As for the movement. . .

So, is the downfall of DPP good or bad for the social movements and the progressive cause? This is a question frequently asked but curiously seldom debated among activists in Taiwan. Taiwanese activists tend to be empiricists and reluctant to imagine what they have not encountered before.

One thing for sure is this: The demoralized DPP is now undergoing self-criticism. All versions of self-criticism raised by DPP members so far contends that the party made a historical mistake by abandoning its progressive characteristics after 2000 and thus blurred its difference with KMT except on the question of national identity. Hence, these people call for the party to re-link itself to the social movements. And most of the activists believe that the DPP is unable to do this now.

Before 2000, the biggest divide inside the broadly defined social movements in Taiwan is "the DPP question." Is it worthwhile for the movements to concentrate all our effort and support the relatively progressive party to gain power?
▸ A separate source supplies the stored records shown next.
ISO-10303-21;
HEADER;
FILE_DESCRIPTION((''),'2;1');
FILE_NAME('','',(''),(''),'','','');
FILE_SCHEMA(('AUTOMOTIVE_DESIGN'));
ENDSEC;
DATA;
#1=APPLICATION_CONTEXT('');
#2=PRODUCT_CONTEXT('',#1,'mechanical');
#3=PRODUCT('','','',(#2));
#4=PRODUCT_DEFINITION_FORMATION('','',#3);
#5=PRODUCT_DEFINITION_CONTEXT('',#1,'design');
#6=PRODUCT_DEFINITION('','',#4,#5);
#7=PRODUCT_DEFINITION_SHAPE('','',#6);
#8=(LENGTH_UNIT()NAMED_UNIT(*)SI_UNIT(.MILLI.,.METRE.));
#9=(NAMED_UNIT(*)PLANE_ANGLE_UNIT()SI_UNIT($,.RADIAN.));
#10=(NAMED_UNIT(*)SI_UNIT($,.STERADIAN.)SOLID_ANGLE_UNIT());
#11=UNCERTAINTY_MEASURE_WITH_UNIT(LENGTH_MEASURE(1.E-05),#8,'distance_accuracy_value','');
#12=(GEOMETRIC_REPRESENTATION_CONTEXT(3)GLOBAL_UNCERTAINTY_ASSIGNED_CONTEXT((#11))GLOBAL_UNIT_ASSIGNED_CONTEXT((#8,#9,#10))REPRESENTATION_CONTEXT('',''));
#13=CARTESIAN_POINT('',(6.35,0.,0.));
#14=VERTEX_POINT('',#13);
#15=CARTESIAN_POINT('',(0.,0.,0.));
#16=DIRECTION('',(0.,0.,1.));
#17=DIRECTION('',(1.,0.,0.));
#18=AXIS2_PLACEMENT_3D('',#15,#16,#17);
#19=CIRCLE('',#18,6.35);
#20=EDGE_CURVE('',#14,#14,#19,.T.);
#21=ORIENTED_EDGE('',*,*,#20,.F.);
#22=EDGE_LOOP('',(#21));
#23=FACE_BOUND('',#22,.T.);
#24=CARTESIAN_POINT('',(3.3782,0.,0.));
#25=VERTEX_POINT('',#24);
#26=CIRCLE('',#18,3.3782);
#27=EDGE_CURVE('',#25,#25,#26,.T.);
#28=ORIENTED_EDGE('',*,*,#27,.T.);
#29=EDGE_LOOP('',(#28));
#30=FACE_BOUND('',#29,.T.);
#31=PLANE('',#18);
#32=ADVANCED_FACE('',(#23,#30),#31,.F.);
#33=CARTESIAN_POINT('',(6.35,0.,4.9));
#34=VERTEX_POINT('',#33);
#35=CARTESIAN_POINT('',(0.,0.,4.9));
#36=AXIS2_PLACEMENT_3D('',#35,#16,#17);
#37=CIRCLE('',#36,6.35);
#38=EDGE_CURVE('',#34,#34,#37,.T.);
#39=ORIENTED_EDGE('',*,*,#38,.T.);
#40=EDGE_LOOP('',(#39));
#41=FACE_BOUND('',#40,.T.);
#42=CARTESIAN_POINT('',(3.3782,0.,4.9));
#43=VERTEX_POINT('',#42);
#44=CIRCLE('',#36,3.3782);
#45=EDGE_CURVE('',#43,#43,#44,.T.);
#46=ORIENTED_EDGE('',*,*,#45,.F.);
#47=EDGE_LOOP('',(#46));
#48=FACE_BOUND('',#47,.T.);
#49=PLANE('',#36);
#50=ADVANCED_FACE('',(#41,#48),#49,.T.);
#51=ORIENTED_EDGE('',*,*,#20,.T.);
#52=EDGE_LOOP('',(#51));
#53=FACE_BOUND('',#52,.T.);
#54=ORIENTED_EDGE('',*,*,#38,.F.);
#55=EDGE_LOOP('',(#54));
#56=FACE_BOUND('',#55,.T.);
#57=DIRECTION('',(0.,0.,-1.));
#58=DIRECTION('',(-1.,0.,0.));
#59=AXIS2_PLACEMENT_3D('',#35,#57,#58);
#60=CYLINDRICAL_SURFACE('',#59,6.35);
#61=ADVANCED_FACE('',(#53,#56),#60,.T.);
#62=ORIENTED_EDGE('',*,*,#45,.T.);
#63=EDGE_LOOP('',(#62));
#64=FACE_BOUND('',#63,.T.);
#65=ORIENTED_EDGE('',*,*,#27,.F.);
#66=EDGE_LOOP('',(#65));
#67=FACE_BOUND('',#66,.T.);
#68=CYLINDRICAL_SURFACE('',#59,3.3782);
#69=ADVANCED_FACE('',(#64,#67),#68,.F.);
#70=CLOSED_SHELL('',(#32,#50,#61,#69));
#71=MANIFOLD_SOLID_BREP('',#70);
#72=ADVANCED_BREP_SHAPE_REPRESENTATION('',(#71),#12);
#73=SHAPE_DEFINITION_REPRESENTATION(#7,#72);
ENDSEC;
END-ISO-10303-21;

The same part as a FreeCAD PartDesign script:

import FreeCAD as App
import Part
import Sketcher
Q = App.Units.Quantity

doc = App.newDocument("Part")
body = doc.addObject("PartDesign::Body", "Body")

sketch1 = doc.addObject("Sketcher::SketchObject", "Sketch")
body.addObject(sketch1)
sketch1.AttachmentSupport = (doc.XY_Plane, [""])
sketch1.MapMode = "FlatFace"
sketch1.addGeometry(Part.Circle(App.Vector(0, 0, 0), App.Vector(0, 0, 1), 6.35), False)
sketch1.addGeometry(Part.Circle(App.Vector(0, 0, 0), App.Vector(0, 0, 1), 3.3782), False)
sketch1.addConstraint(Sketcher.Constraint("Coincident", 0, 3, -1, 1))
sketch1.addConstraint(Sketcher.Constraint("Coincident", 1, 3, -1, 1))
sketch1.addConstraint(Sketcher.Constraint("Diameter", 0, Q("0.5 in")))
sketch1.addConstraint(Sketcher.Constraint("Diameter", 1, Q("0.266 in")))
pad1 = doc.addObject("PartDesign::Pad", "Pad")
body.addObject(pad1)
pad1.Profile = sketch1
pad1.Length = 4.9

doc.recompute()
Or does it make more sense to remain vigilant to all mainstream political parties because all they want is just power? Eight years of DPP administration proven the latter correct. The Chen Shui-Bien government abandoned most of the progressive elements in DPP’s party program and his own campaign platform almost immediately after he got elected in 2000. Sometimes the DPP explained this as a result of boycott from KMT legislators. Other times, such as on the issue of abandoning nuclear power, they simply suggested that the US would’t like it, and that’s that. There have been scattered policy measures for the disadvantaged groups here and there during the DPP administration, mostly in the form of cash hand-outs. Yet much more visible are the continued privatization of public assets and hand-out to big corporations.
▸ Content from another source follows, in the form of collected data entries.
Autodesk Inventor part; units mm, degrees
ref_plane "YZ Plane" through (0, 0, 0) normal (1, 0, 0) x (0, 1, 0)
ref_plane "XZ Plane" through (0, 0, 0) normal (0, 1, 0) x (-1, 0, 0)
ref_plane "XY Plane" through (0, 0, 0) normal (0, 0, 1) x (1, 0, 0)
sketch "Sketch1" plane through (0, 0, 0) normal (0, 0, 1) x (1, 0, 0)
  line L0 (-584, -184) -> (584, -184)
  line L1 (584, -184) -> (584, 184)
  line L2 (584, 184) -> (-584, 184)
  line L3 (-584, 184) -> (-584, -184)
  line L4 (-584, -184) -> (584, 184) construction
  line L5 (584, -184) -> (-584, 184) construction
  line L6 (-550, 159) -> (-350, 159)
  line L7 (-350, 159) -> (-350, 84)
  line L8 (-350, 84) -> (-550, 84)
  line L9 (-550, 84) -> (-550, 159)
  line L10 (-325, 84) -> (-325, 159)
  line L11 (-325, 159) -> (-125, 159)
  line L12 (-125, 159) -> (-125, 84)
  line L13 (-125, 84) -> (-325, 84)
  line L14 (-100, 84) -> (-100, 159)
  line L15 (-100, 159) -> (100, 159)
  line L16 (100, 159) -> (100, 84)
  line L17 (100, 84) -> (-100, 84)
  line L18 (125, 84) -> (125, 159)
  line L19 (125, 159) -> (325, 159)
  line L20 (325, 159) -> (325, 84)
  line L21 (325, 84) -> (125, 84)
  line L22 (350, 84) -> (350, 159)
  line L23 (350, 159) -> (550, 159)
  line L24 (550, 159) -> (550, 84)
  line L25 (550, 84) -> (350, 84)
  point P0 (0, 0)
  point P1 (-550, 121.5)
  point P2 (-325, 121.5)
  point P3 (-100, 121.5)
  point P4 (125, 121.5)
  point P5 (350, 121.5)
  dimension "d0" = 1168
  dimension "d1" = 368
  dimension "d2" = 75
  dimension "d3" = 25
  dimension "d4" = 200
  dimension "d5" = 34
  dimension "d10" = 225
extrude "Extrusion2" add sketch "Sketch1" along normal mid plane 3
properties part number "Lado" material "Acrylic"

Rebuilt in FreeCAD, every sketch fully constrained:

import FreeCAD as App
import Part
import Sketcher

V = App.Vector
Q = App.Units.Quantity


def add_polygon(sketch, points):
    """Adds a closed chain of lines whose ends are joined by coincident constraints."""
    first, n = sketch.GeometryCount, len(points)
    for a, b in zip(points, points[1:] + points[:1]):
        sketch.addGeometry(Part.LineSegment(App.Vector(*a, 0), App.Vector(*b, 0)), False)
    for i in range(n):
        sketch.addConstraint(Sketcher.Constraint("Coincident", first + i, 2, first + (i + 1) % n, 1))

doc = App.newDocument("Part")
params = doc.addObject("Spreadsheet::Sheet", "Params")
for row, (alias, value) in enumerate([
    ("sketch1_width", "1168 mm"),
    ("sketch1_width2", "200 mm"),
    ("sketch1_height", "368 mm"),
    ("sketch1_height2", "75 mm"),
    ("pad1_length", "3 mm"),
], start=1):
    params.set(f"A{row}", alias)
    params.set(f"B{row}", "=" + value)
    params.setAlias(f"B{row}", alias)

body = doc.addObject("PartDesign::Body", "Body")

# Sketch on XY plane
sketch1 = body.newObject("Sketcher::SketchObject", "Sketch")
sketch1.AttachmentSupport = (doc.getObject("XY_Plane"), [""])
sketch1.MapMode = "FlatFace"
add_polygon(sketch1, [(-584, 184), (-584, -184), (584, -184), (584, 184)])  # lines 0-3
add_polygon(sketch1, [(-550, 84), (-550, 159), (-350, 159), (-350, 84)])  # lines 4-7
add_polygon(sketch1, [(-125, 84), (-325, 84), (-325, 159), (-125, 159)])  # lines 8-11
add_polygon(sketch1, [(100, 84), (-100, 84), (-100, 159), (100, 159)])  # lines 12-15
add_polygon(sketch1, [(325, 84), (125, 84), (125, 159), (325, 159)])  # lines 16-19
add_polygon(sketch1, [(550, 84), (350, 84), (350, 159), (550, 159)])  # lines 20-23
sketch1.addConstraint([
    Sketcher.Constraint("Vertical", 0),
    Sketcher.Constraint("Horizontal", 1),
    Sketcher.Constraint("Vertical", 2),
    Sketcher.Constraint("Horizontal", 3),
    Sketcher.Constraint("Vertical", 4),
    Sketcher.Constraint("Horizontal", 5),
    Sketcher.Constraint("Vertical", 6),
    Sketcher.Constraint("Horizontal", 7),
    Sketcher.Constraint("Horizontal", 8),
    Sketcher.Constraint("Vertical", 9),
    Sketcher.Constraint("Horizontal", 10),
    Sketcher.Constraint("Vertical", 11),
    Sketcher.Constraint("Horizontal", 12),
    Sketcher.Constraint("Vertical", 13),
    Sketcher.Constraint("Horizontal", 14),
    Sketcher.Constraint("Vertical", 15),
    Sketcher.Constraint("Horizontal", 16),
    Sketcher.Constraint("Vertical", 17),
    Sketcher.Constraint("Horizontal", 18),
    Sketcher.Constraint("Vertical", 19),
    Sketcher.Constraint("Horizontal", 20),
    Sketcher.Constraint("Vertical", 21),
    Sketcher.Constraint("Horizontal", 22),
    Sketcher.Constraint("Vertical", 23),
    Sketcher.Constraint("Symmetric", 0, 2, 2, 2, -1, 1),
    Sketcher.Constraint("Symmetric", 11, 2, 16, 2, -2),
    Sketcher.Constraint("Symmetric", 9, 2, 18, 2, -2),
    Sketcher.Constraint("Symmetric", 6, 2, 20, 2, -2),
    Sketcher.Constraint("Symmetric", 4, 2, 22, 2, -2),
    Sketcher.Constraint("Horizontal", 7, 2, 8, 2),
    Sketcher.Constraint("Horizontal", 5, 2, 9, 2),
    Sketcher.Constraint("Horizontal", 11, 2, 12, 2),
    Sketcher.Constraint("Horizontal", 10, 2, 13, 2),
    Sketcher.Constraint("Equal", 7, 8),
    Sketcher.Constraint("Equal", 10, 12),
    Sketcher.Constraint("DistanceX", 1, 1, 1, 2, Q("1168 mm")),
    Sketcher.Constraint("DistanceX", 5, 1, 5, 2, Q("200 mm")),
    Sketcher.Constraint("DistanceY", 0, 2, 0, 1, Q("368 mm")),
    Sketcher.Constraint("DistanceY", 4, 1, 4, 2, Q("75 mm")),
    Sketcher.Constraint("DistanceX", 3, 2, 4, 2, Q("34 mm")),
    Sketcher.Constraint("DistanceY", 4, 2, 3, 2, Q("25 mm")),
    Sketcher.Constraint("DistanceX", 6, 2, 8, 2, Q("25 mm")),
    Sketcher.Constraint("DistanceX", 11, 2, 12, 2, Q("25 mm")),
])
sketch1.setExpression("Constraints[59]", "Params.sketch1_width")
sketch1.setExpression("Constraints[60]", "Params.sketch1_width2")
sketch1.setExpression("Constraints[61]", "Params.sketch1_height")
sketch1.setExpression("Constraints[62]", "Params.sketch1_height2")
pad1 = body.newObject("PartDesign::Pad", "Pad")
pad1.Profile = sketch1
pad1.setExpression("Length", "Params.pad1_length")
pad1.Midplane = True

doc.recompute()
Many of the pro-DPP activists have been recruited into the DPP government in the past eight years. Few of them have achieved anything substantial, and many of them even contradict what they have been advocating before. With track records like that, it will be very hard for them to regain the trust of their former allies and supporters in the movement.

Some social-movement groups have reverted from mass organizations to legislative lobbies during the DPP administration. Chief among them is the pro-DPP Taiwan Labor Front, once the biggest faction in the autonomous trade-union movement, but now a tiny office with a staff of one or two after all its important leaders either became labor administrators in the DPP government or retired in comfort. Women’s movement used to be highly visible in the mid-1990s. But after its liberal tendencies joined the DPP government and the radical tendencies failed to gain new grounds, it is stagnant for quite some time now.

The old ways of legislative lobbying is bound to be less and less useful under the new KMT government. Since 1992, after the Legislative Yuan was fully re-elected, many social-movement groups, from labor to animal rights, have been using partisan rivalry in the parliament and try to make their agenda made into law. After 2000, sometimes advocacy groups will try to make use of the contradictions between the executive branch and the KMT-dominated parliament. Mass actions are often seen as only an auxiliary pressure tactic aiding the legislative campaigns. Sometimes the movements gain incremental reform measures, sometimes they don’t. However, in this new parliament, the opposition is reduced to such an insignificant minority, and with the presidency in the hand of the same party, all possibilities of policy reform in effect depends solely on the will of the KMT. This is a whole new game.

I personally think this is a healthy development in the long run. For the past twenty years, social movements in Taiwan have been too busy playing the infinitely intricate political games with the mainstream parties and spend too little on grassroots mobilization. Now, with one party firmly in power, there cease to be numerous options and combinations of options to belabor our minds. You either succumb to the authority, or organize and fight.